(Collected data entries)
· · · ·
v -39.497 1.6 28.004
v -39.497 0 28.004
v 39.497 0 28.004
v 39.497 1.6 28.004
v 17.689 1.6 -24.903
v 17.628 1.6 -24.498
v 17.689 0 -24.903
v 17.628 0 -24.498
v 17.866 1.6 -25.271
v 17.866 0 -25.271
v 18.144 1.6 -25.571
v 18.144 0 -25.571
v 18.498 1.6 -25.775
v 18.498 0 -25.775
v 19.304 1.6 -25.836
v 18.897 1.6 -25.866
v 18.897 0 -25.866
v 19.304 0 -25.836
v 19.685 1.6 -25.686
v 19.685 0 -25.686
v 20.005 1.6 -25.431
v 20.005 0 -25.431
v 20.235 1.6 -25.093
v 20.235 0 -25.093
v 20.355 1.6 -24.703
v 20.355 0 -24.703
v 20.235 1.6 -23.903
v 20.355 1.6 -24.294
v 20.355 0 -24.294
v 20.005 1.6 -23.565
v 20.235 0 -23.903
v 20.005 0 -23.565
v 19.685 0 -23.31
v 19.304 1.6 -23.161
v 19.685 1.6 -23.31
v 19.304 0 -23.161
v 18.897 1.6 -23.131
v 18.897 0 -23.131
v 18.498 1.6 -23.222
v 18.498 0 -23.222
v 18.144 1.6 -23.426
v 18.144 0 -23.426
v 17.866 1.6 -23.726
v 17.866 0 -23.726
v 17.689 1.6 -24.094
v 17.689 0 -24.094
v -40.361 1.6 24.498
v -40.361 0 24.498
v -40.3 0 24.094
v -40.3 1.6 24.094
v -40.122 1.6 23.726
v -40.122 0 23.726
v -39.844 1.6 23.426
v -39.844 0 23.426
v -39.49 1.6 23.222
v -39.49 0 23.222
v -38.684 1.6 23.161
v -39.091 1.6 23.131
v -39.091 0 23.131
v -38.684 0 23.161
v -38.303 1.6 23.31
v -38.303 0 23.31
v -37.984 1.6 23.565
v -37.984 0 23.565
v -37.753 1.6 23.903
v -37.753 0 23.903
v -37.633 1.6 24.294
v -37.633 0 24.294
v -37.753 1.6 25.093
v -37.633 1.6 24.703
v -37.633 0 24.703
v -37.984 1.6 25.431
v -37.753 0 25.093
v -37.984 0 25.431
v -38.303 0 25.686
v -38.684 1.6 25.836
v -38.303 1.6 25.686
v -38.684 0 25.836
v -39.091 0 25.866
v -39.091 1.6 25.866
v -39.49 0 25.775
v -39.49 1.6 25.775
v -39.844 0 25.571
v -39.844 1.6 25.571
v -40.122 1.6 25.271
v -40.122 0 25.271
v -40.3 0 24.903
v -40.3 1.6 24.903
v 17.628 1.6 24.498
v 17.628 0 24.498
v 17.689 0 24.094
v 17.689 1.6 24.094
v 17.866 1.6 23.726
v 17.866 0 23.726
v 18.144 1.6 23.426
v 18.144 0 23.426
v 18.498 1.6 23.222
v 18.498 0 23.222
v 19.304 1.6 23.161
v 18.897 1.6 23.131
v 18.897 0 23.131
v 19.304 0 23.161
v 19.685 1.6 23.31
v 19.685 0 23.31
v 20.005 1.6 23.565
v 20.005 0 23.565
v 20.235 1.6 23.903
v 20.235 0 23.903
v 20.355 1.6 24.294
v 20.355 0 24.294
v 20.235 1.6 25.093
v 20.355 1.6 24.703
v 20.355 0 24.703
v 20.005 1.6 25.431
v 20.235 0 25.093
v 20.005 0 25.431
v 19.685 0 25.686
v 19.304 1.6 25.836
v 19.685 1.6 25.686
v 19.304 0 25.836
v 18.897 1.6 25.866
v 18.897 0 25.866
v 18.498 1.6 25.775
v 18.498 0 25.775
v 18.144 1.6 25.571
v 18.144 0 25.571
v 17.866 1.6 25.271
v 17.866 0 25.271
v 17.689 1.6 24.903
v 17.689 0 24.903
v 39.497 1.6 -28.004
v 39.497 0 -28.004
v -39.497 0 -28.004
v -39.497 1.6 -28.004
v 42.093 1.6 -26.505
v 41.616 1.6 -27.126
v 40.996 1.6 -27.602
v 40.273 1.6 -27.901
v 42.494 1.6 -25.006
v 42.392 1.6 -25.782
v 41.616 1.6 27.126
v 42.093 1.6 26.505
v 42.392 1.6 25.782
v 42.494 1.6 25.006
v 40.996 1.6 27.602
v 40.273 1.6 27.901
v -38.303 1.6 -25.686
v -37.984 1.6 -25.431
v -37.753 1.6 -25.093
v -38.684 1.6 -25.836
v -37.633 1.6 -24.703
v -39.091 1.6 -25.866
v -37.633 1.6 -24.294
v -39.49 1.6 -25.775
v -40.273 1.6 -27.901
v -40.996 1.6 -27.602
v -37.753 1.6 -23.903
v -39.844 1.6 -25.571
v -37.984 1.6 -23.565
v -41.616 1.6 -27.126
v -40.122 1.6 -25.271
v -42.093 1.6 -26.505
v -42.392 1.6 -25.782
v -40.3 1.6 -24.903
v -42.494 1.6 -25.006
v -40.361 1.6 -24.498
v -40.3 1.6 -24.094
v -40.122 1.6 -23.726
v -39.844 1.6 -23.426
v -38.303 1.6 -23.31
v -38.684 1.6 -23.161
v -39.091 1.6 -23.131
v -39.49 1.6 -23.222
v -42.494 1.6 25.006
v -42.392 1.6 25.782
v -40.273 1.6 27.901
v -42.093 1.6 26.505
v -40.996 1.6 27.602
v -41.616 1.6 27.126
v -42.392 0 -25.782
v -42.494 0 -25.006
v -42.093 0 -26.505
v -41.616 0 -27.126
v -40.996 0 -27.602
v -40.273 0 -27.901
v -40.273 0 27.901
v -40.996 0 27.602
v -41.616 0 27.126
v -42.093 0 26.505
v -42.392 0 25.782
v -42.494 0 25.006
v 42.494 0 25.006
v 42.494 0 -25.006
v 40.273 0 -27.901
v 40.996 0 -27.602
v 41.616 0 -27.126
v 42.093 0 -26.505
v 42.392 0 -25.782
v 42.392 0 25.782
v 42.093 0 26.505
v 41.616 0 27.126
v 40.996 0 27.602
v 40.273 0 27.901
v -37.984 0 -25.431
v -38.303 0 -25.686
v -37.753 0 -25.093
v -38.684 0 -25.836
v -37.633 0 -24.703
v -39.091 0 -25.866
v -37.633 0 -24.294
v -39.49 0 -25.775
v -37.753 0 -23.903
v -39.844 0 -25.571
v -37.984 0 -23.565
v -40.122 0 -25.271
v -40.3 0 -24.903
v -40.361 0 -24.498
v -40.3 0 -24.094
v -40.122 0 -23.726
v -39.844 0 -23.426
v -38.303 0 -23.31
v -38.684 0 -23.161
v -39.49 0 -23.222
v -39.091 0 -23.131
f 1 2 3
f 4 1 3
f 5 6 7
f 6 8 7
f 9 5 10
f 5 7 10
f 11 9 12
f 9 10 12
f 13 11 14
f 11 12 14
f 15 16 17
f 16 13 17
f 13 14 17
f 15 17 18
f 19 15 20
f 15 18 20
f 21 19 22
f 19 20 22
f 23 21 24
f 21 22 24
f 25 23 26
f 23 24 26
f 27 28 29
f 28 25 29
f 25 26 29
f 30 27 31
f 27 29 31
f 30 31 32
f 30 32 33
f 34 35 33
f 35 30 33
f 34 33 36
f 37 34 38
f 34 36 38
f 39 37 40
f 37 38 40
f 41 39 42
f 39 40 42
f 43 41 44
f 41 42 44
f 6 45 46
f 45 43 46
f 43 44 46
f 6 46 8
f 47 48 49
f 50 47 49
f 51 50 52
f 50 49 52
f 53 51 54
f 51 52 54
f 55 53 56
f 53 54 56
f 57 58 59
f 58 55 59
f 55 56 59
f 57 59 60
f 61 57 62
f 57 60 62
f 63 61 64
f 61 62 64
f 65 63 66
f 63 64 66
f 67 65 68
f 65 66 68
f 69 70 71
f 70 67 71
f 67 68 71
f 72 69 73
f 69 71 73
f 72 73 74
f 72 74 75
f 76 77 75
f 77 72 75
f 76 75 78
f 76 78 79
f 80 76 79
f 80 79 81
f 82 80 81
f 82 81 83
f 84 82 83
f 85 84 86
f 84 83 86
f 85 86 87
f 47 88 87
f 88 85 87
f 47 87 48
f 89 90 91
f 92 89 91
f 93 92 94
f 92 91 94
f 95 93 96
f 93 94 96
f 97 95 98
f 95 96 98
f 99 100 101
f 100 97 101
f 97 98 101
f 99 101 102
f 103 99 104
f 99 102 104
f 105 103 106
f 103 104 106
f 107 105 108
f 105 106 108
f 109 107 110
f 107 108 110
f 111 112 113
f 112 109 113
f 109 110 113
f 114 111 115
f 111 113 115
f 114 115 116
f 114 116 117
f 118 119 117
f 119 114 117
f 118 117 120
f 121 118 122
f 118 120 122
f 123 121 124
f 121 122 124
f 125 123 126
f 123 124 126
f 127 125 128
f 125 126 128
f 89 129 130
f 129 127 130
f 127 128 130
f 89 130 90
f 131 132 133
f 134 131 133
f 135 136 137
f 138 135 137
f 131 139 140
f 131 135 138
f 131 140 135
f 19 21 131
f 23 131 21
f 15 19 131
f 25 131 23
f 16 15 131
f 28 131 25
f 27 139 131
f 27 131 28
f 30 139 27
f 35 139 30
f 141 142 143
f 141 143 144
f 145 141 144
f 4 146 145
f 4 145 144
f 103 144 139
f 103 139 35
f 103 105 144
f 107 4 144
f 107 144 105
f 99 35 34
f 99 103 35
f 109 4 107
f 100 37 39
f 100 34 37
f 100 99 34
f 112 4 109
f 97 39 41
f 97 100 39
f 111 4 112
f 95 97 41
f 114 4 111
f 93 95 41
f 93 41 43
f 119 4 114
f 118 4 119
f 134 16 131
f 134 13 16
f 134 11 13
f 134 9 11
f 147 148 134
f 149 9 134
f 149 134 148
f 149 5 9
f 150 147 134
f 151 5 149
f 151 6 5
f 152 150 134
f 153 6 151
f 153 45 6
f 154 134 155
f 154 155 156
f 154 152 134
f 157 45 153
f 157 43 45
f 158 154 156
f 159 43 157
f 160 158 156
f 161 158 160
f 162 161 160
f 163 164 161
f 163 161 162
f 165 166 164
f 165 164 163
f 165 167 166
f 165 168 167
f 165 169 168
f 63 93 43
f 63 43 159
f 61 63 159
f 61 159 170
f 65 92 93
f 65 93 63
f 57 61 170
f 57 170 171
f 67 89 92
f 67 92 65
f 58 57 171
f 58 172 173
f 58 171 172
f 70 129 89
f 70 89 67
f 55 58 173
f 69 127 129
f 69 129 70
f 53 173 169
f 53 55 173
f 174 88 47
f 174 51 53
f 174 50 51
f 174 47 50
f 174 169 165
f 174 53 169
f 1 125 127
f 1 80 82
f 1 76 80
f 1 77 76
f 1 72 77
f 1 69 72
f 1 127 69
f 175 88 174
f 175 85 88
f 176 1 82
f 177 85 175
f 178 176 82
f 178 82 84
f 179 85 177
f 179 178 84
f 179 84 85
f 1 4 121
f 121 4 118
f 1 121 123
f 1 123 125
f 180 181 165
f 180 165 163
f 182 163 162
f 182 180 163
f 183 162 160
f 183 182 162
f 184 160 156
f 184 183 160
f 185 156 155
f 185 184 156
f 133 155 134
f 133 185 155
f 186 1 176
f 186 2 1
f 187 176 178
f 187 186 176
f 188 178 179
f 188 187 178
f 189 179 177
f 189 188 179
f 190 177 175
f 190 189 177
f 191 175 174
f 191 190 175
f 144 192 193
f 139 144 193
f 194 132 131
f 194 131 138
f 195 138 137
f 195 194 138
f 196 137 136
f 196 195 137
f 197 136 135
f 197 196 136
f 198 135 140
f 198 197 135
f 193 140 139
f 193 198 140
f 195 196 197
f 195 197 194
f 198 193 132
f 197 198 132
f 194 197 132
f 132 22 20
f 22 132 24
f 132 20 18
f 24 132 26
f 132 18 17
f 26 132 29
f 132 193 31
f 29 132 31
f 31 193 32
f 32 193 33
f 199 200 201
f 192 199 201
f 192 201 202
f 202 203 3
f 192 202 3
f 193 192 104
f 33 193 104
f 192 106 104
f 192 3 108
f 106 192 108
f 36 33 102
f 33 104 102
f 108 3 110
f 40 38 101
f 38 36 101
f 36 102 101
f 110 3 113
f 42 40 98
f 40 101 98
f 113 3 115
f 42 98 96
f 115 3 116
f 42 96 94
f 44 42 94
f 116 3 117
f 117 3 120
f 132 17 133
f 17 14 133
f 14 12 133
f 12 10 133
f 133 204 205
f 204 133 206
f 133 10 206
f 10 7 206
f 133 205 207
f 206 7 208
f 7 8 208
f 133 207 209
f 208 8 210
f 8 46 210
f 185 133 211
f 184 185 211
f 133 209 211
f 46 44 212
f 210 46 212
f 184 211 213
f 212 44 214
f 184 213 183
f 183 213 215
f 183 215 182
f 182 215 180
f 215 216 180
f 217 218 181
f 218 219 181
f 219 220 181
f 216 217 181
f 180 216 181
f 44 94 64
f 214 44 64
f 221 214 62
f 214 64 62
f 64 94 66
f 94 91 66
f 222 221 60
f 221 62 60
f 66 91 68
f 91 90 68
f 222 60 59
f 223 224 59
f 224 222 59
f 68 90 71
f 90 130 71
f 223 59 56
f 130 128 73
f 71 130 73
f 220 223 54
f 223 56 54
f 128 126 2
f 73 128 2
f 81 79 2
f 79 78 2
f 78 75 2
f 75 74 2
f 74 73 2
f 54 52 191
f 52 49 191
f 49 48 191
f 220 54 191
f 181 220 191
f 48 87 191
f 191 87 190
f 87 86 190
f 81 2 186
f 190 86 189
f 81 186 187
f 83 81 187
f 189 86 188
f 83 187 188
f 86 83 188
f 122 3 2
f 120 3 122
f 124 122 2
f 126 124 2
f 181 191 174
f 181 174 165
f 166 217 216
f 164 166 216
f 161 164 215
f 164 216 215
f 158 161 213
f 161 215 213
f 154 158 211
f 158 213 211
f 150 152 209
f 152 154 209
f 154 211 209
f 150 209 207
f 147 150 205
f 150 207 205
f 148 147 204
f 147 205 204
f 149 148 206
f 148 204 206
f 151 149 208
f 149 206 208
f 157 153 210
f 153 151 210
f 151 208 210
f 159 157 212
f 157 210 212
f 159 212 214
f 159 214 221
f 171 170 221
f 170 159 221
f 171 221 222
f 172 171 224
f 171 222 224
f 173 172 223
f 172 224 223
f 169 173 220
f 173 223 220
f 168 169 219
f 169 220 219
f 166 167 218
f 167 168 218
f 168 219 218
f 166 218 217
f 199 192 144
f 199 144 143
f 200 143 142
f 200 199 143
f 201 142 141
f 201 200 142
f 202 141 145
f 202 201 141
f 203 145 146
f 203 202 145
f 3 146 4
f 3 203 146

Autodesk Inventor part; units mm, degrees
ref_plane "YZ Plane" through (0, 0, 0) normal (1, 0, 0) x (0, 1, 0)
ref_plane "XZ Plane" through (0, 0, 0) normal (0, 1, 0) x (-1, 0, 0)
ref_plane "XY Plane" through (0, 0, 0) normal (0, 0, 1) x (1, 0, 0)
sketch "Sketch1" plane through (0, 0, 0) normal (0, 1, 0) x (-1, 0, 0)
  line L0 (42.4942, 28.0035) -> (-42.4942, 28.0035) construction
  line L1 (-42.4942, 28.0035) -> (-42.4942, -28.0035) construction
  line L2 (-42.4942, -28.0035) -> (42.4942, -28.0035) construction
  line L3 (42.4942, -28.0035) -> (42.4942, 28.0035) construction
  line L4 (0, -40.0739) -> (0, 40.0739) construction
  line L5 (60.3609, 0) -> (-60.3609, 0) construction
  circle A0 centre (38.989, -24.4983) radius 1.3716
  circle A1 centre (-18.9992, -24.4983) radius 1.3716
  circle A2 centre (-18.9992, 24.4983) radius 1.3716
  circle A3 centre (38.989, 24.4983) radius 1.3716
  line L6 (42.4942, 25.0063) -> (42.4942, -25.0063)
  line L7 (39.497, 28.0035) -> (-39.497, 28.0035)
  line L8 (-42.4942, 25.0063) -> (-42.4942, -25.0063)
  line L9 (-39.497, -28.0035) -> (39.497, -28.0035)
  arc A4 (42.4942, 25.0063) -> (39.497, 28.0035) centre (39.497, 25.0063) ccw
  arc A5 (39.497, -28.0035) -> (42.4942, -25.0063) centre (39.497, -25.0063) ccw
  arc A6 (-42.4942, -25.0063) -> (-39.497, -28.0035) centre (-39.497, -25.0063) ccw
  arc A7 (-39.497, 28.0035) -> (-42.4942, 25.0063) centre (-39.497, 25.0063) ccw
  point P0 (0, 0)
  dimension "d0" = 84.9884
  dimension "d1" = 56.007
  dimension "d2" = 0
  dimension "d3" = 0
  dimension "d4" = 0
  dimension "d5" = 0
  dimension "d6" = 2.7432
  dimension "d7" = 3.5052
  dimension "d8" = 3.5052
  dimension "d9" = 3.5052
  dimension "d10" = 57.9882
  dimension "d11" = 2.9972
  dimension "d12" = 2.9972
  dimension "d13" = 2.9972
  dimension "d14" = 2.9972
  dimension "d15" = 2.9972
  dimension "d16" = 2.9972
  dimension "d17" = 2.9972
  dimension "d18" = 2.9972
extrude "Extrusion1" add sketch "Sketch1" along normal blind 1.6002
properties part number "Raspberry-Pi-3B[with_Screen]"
· · · ·
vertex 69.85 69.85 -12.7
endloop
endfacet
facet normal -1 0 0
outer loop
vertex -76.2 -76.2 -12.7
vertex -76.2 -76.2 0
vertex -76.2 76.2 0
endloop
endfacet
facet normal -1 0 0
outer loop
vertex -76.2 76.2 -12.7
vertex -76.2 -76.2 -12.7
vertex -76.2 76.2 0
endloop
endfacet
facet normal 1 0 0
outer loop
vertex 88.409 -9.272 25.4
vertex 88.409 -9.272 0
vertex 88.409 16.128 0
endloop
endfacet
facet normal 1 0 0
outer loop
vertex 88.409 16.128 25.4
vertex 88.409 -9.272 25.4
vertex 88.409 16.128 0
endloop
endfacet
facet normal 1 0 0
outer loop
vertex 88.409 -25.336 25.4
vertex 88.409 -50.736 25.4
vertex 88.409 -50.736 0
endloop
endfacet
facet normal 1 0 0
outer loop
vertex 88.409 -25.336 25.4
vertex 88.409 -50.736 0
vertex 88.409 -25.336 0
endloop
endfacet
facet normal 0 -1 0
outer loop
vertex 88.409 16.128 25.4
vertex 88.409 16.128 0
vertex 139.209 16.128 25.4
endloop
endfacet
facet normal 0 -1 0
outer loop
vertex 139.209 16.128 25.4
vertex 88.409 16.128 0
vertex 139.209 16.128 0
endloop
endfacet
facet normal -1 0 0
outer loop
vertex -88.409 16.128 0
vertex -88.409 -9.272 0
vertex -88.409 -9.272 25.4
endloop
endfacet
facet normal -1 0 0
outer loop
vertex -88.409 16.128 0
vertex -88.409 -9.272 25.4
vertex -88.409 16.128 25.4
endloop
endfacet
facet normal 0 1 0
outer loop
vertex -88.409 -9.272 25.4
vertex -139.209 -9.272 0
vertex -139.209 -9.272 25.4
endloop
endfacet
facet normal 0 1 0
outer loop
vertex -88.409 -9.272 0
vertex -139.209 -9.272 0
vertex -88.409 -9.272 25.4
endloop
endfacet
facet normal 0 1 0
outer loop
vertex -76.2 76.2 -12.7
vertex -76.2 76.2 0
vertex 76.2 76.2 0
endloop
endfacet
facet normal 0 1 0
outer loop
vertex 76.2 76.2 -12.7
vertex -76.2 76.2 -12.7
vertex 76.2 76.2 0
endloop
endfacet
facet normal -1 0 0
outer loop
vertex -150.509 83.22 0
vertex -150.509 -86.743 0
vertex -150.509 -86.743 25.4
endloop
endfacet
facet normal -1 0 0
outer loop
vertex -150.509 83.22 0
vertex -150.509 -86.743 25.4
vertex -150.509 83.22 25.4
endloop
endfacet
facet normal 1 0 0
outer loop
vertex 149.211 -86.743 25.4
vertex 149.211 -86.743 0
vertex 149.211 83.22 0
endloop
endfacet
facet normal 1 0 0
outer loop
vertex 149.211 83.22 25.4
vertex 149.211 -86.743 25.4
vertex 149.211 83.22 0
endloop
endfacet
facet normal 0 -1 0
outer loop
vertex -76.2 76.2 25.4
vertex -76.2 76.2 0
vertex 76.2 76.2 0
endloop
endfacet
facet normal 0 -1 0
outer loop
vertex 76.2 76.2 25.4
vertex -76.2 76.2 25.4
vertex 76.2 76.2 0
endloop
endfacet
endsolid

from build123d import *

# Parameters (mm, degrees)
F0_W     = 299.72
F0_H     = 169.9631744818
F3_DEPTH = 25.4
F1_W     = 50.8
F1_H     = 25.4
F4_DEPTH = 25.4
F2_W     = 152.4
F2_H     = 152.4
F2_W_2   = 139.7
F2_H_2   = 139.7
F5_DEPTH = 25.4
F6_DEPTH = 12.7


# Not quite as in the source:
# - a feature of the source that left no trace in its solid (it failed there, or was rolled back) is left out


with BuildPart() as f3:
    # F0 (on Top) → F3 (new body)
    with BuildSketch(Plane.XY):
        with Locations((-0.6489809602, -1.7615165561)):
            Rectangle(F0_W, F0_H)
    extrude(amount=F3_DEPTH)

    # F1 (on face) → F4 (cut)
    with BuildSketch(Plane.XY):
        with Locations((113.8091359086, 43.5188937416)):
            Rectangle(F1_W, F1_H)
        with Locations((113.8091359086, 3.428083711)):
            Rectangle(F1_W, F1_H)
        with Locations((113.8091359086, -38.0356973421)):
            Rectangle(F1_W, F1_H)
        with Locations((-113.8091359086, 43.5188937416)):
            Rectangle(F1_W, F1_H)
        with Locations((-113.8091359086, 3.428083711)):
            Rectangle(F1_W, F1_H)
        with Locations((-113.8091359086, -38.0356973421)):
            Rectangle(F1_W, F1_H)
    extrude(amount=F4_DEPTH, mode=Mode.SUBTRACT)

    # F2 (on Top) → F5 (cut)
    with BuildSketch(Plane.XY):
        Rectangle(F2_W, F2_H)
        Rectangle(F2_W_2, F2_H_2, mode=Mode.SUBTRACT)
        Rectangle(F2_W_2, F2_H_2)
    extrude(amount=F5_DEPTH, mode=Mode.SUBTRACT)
· · · ·
What is needed: Look through the records and copy down every line that holds "SUBTRACT".

Answer for this exercise:
    extrude(amount=F4_DEPTH, mode=Mode.SUBTRACT)
        Rectangle(F2_W_2, F2_H_2, mode=Mode.SUBTRACT)
    extrude(amount=F5_DEPTH, mode=Mode.SUBTRACT)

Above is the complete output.